"""

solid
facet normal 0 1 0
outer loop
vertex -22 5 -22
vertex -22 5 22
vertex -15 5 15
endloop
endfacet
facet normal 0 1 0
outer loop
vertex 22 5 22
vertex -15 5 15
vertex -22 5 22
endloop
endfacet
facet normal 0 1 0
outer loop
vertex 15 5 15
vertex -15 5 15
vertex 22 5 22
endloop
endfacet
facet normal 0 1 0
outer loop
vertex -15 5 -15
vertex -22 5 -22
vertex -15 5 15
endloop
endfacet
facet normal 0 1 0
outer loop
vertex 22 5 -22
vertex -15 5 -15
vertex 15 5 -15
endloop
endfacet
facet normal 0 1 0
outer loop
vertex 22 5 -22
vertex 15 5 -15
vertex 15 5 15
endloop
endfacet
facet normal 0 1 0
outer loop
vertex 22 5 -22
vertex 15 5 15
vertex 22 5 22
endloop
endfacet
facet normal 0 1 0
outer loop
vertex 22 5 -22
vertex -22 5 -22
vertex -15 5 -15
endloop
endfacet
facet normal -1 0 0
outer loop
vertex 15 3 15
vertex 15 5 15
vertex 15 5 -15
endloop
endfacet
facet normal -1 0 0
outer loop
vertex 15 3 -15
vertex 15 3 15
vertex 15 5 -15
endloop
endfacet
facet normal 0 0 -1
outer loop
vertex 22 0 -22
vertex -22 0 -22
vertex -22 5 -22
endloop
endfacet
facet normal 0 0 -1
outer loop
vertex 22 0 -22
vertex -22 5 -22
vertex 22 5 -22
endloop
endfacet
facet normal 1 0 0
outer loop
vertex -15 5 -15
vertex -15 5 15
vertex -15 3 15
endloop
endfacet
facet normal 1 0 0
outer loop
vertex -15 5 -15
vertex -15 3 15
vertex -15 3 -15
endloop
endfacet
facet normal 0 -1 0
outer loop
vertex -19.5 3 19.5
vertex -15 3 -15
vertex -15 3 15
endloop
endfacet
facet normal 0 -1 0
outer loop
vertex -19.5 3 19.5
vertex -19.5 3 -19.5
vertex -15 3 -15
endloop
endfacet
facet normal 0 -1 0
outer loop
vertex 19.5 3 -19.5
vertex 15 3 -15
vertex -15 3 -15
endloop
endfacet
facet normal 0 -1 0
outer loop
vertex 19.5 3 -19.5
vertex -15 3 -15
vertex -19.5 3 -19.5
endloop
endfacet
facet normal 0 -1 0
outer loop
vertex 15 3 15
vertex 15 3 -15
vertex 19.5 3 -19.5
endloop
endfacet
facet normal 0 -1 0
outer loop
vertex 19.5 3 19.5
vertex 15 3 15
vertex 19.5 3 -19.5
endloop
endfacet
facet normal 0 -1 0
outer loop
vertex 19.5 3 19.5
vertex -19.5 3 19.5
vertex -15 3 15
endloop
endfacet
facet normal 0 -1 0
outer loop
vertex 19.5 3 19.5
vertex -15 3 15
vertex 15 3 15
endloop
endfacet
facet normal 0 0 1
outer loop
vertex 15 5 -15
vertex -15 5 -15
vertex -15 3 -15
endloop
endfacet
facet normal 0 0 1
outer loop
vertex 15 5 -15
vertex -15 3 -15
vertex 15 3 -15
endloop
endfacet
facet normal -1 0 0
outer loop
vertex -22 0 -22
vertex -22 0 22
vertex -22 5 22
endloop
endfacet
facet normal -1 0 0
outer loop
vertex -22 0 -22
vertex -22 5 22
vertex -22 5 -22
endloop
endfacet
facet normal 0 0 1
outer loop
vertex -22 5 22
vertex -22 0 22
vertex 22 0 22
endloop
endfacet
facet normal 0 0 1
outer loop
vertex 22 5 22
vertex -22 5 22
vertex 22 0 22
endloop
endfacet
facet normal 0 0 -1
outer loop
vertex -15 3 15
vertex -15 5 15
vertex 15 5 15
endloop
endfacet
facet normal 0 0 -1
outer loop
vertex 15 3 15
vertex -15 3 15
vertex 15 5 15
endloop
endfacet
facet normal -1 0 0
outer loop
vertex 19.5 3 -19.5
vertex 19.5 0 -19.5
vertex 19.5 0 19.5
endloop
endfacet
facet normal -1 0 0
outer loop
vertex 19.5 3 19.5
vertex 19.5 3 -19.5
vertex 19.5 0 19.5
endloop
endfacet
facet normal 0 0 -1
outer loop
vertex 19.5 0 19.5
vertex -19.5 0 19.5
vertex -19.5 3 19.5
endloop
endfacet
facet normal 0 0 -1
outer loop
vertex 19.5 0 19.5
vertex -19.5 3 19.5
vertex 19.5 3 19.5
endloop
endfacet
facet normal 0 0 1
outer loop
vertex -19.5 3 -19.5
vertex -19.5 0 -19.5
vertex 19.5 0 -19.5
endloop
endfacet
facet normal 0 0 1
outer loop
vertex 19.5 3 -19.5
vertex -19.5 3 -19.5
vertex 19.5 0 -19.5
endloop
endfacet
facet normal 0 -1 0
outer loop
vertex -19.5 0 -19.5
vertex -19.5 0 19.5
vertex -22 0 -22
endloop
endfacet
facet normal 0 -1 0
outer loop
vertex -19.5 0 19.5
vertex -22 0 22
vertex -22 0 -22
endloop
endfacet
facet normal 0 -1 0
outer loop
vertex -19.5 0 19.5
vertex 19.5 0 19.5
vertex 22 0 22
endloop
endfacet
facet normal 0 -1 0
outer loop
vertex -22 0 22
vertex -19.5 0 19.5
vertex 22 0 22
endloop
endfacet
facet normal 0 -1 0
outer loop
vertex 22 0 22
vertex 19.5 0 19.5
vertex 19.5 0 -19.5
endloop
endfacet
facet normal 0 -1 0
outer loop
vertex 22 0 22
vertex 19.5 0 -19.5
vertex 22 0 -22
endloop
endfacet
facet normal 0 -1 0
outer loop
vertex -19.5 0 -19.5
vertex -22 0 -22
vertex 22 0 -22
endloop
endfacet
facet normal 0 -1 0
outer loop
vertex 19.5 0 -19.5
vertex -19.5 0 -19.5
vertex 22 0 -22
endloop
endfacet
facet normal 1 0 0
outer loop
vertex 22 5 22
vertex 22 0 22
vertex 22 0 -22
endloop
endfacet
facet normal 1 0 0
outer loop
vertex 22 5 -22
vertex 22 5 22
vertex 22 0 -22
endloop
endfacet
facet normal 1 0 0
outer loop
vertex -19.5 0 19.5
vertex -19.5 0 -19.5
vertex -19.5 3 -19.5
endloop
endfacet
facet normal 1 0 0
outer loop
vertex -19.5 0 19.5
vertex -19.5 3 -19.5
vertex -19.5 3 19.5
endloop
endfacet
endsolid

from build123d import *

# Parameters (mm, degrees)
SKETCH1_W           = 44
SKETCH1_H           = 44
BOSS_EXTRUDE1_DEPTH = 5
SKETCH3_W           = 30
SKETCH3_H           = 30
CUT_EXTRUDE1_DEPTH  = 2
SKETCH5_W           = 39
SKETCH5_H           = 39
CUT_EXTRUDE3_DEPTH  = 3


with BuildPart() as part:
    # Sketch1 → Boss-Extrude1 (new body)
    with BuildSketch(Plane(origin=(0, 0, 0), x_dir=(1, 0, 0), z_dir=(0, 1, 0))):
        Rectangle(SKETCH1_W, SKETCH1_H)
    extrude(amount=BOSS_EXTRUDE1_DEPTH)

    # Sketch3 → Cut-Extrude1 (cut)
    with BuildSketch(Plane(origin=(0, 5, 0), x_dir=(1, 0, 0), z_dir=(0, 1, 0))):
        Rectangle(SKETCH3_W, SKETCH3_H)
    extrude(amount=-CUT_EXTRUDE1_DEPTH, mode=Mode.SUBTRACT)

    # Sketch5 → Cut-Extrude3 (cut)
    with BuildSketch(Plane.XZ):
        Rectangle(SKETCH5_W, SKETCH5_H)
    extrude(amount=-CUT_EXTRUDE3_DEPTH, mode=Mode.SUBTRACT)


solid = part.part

"""
"""

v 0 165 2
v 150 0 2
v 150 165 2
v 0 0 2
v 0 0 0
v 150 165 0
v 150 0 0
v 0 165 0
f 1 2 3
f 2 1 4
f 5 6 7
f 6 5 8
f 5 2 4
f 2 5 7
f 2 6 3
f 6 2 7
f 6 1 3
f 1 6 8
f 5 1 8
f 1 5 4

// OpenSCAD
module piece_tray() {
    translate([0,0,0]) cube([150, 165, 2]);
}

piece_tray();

"""
"""

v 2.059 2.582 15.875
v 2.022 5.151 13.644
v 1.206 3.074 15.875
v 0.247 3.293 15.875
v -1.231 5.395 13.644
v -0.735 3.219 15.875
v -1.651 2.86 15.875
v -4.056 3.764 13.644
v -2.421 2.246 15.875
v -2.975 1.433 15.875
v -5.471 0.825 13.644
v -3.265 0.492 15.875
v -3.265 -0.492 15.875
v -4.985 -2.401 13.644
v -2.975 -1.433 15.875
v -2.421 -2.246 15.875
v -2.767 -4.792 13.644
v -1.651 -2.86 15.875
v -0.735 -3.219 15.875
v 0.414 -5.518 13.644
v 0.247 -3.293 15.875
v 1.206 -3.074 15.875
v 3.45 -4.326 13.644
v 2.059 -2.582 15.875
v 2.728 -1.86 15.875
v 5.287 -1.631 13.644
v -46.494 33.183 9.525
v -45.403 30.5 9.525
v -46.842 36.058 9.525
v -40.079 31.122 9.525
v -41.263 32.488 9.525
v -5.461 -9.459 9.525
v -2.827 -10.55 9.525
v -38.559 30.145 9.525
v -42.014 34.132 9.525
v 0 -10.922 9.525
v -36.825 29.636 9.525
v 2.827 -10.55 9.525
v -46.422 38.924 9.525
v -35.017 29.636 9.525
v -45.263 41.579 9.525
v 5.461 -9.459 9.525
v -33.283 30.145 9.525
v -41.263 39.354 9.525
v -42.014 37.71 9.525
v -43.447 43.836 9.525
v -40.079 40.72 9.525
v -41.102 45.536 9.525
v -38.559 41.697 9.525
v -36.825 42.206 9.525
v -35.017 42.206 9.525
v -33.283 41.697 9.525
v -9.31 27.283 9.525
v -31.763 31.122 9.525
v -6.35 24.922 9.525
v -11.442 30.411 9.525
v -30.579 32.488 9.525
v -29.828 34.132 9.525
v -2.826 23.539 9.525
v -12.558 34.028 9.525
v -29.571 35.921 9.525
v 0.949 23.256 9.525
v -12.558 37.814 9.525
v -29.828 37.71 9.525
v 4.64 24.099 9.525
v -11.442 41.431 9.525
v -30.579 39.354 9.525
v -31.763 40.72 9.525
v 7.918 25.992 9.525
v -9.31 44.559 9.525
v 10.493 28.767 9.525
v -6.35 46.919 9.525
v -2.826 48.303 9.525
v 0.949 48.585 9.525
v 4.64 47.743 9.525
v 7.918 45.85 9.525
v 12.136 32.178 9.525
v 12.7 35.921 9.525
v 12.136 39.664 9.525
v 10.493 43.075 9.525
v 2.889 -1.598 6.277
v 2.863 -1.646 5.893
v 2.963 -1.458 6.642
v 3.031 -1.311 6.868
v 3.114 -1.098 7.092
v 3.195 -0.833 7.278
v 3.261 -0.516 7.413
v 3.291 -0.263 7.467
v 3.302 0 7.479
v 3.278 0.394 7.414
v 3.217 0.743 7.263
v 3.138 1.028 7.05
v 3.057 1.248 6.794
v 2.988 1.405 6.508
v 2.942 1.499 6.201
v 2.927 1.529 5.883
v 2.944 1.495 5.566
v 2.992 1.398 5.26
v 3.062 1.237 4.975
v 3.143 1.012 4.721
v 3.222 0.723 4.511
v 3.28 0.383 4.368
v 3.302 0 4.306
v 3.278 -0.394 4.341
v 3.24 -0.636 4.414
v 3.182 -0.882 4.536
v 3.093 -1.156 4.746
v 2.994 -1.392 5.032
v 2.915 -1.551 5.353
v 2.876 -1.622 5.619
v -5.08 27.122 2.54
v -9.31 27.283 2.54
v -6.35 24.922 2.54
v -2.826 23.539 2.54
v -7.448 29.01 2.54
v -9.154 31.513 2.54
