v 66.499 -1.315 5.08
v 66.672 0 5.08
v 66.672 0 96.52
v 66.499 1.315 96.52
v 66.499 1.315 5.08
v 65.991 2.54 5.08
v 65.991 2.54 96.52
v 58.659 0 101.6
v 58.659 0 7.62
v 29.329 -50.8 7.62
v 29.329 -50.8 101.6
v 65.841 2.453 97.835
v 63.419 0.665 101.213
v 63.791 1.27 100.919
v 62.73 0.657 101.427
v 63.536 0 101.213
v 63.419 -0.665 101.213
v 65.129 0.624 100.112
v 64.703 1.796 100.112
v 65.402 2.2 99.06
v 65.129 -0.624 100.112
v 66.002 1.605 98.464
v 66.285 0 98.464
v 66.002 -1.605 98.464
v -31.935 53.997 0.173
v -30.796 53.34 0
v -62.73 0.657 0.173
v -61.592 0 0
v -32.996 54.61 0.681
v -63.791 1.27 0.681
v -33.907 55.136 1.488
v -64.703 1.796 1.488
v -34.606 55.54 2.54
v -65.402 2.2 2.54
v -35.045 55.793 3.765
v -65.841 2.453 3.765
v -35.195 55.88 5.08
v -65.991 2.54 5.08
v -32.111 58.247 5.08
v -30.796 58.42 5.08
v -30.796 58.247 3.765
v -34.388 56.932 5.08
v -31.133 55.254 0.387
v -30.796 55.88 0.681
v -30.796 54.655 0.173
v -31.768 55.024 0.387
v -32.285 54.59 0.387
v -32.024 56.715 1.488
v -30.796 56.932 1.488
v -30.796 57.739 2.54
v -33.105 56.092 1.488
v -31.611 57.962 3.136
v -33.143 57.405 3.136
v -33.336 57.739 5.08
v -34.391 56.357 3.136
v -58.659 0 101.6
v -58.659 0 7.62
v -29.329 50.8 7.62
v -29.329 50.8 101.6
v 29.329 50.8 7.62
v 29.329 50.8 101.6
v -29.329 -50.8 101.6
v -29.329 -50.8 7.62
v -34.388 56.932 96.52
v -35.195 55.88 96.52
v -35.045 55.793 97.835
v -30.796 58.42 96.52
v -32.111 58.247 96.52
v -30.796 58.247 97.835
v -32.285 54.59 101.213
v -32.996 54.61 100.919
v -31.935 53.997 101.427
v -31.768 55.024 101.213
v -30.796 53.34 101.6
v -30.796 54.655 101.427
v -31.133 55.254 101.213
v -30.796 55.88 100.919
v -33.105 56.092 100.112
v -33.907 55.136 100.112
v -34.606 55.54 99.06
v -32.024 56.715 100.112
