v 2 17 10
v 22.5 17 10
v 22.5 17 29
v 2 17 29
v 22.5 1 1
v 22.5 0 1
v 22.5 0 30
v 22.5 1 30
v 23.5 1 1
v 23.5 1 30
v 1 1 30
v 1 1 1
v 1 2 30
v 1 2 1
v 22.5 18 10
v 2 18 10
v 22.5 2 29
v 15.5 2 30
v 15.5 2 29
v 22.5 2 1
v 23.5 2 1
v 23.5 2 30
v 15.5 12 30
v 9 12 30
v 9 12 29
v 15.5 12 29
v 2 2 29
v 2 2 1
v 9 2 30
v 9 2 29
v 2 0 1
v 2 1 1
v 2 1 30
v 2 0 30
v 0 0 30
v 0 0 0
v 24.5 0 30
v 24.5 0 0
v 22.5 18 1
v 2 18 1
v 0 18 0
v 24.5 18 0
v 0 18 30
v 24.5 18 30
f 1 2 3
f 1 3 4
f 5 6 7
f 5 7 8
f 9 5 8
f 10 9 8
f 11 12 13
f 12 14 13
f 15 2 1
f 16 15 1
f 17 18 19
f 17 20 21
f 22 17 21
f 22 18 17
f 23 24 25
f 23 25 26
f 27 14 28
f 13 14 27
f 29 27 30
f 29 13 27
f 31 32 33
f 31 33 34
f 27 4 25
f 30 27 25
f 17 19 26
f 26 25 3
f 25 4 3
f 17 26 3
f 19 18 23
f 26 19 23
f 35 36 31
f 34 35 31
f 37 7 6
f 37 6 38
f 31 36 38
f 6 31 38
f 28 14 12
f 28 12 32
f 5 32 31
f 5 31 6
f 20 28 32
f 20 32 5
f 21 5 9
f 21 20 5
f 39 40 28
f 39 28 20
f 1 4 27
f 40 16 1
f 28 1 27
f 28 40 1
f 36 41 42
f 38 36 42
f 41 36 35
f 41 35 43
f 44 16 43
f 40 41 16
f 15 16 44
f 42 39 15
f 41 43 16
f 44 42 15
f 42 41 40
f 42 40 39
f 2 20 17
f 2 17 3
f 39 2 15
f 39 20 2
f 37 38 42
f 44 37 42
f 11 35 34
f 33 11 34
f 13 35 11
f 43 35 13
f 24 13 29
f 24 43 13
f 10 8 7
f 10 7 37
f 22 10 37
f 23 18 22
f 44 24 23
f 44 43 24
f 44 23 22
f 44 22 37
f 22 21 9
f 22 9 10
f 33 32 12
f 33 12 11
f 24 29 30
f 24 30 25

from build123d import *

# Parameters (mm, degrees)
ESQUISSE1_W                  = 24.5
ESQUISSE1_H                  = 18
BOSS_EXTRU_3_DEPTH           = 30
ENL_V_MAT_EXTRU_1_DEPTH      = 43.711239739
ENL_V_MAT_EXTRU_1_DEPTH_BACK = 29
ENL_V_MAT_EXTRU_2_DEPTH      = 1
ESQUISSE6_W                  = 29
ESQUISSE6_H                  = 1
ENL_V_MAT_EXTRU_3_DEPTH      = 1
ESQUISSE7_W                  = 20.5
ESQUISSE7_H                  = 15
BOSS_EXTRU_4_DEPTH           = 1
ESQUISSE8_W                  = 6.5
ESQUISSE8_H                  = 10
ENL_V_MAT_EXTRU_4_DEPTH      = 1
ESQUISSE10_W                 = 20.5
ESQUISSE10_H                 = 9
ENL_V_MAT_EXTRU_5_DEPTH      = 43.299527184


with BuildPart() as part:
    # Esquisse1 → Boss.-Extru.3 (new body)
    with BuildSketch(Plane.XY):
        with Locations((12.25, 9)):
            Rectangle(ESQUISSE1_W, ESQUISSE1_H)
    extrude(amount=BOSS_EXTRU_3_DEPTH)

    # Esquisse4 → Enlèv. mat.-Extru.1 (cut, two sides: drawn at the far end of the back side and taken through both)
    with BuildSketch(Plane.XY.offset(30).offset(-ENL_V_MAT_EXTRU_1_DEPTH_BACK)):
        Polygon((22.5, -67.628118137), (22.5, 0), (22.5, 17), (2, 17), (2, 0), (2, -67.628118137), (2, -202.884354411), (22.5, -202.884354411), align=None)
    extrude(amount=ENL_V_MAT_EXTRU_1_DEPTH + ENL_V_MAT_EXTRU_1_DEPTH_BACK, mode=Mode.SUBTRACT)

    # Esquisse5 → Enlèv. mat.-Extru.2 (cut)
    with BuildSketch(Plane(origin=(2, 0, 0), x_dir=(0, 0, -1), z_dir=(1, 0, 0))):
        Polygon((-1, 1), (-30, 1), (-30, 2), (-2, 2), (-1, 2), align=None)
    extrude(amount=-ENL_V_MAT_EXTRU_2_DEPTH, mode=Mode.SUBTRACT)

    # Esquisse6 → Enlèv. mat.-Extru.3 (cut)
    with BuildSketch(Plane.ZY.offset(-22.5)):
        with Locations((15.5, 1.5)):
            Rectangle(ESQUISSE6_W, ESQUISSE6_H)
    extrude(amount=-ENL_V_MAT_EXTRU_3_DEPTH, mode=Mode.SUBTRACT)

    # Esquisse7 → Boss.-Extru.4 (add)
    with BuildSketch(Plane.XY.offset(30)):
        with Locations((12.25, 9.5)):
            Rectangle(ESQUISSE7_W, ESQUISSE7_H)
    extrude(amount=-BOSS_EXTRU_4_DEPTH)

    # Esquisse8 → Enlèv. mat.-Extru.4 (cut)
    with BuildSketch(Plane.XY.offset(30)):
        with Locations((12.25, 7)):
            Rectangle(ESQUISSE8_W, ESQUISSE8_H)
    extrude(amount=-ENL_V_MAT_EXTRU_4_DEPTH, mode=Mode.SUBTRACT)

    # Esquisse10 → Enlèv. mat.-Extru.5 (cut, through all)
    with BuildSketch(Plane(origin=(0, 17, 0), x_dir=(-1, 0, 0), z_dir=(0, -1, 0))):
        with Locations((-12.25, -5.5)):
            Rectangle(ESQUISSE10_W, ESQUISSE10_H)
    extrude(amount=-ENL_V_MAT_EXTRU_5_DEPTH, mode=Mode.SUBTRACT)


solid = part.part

"""

WHAT YOU SHOULD DO: Give back exactly the lines above starting at the line where "v -31.935 53.997 0.173" appears and ending at the line where "v -33.105 56.092 1.488" appears, both included, with no other lines.

TASK RESULT:
v -31.935 53.997 0.173
v -30.796 53.34 0
v -62.73 0.657 0.173
v -61.592 0 0
v -32.996 54.61 0.681
v -63.791 1.27 0.681
v -33.907 55.136 1.488
v -64.703 1.796 1.488
v -34.606 55.54 2.54
v -65.402 2.2 2.54
v -35.045 55.793 3.765
v -65.841 2.453 3.765
v -35.195 55.88 5.08
v -65.991 2.54 5.08
v -32.111 58.247 5.08
v -30.796 58.42 5.08
v -30.796 58.247 3.765
v -34.388 56.932 5.08
v -31.133 55.254 0.387
v -30.796 55.88 0.681
v -30.796 54.655 0.173
v -31.768 55.024 0.387
v -32.285 54.59 0.387
v -32.024 56.715 1.488
v -30.796 56.932 1.488
v -30.796 57.739 2.54
v -33.105 56.092 1.488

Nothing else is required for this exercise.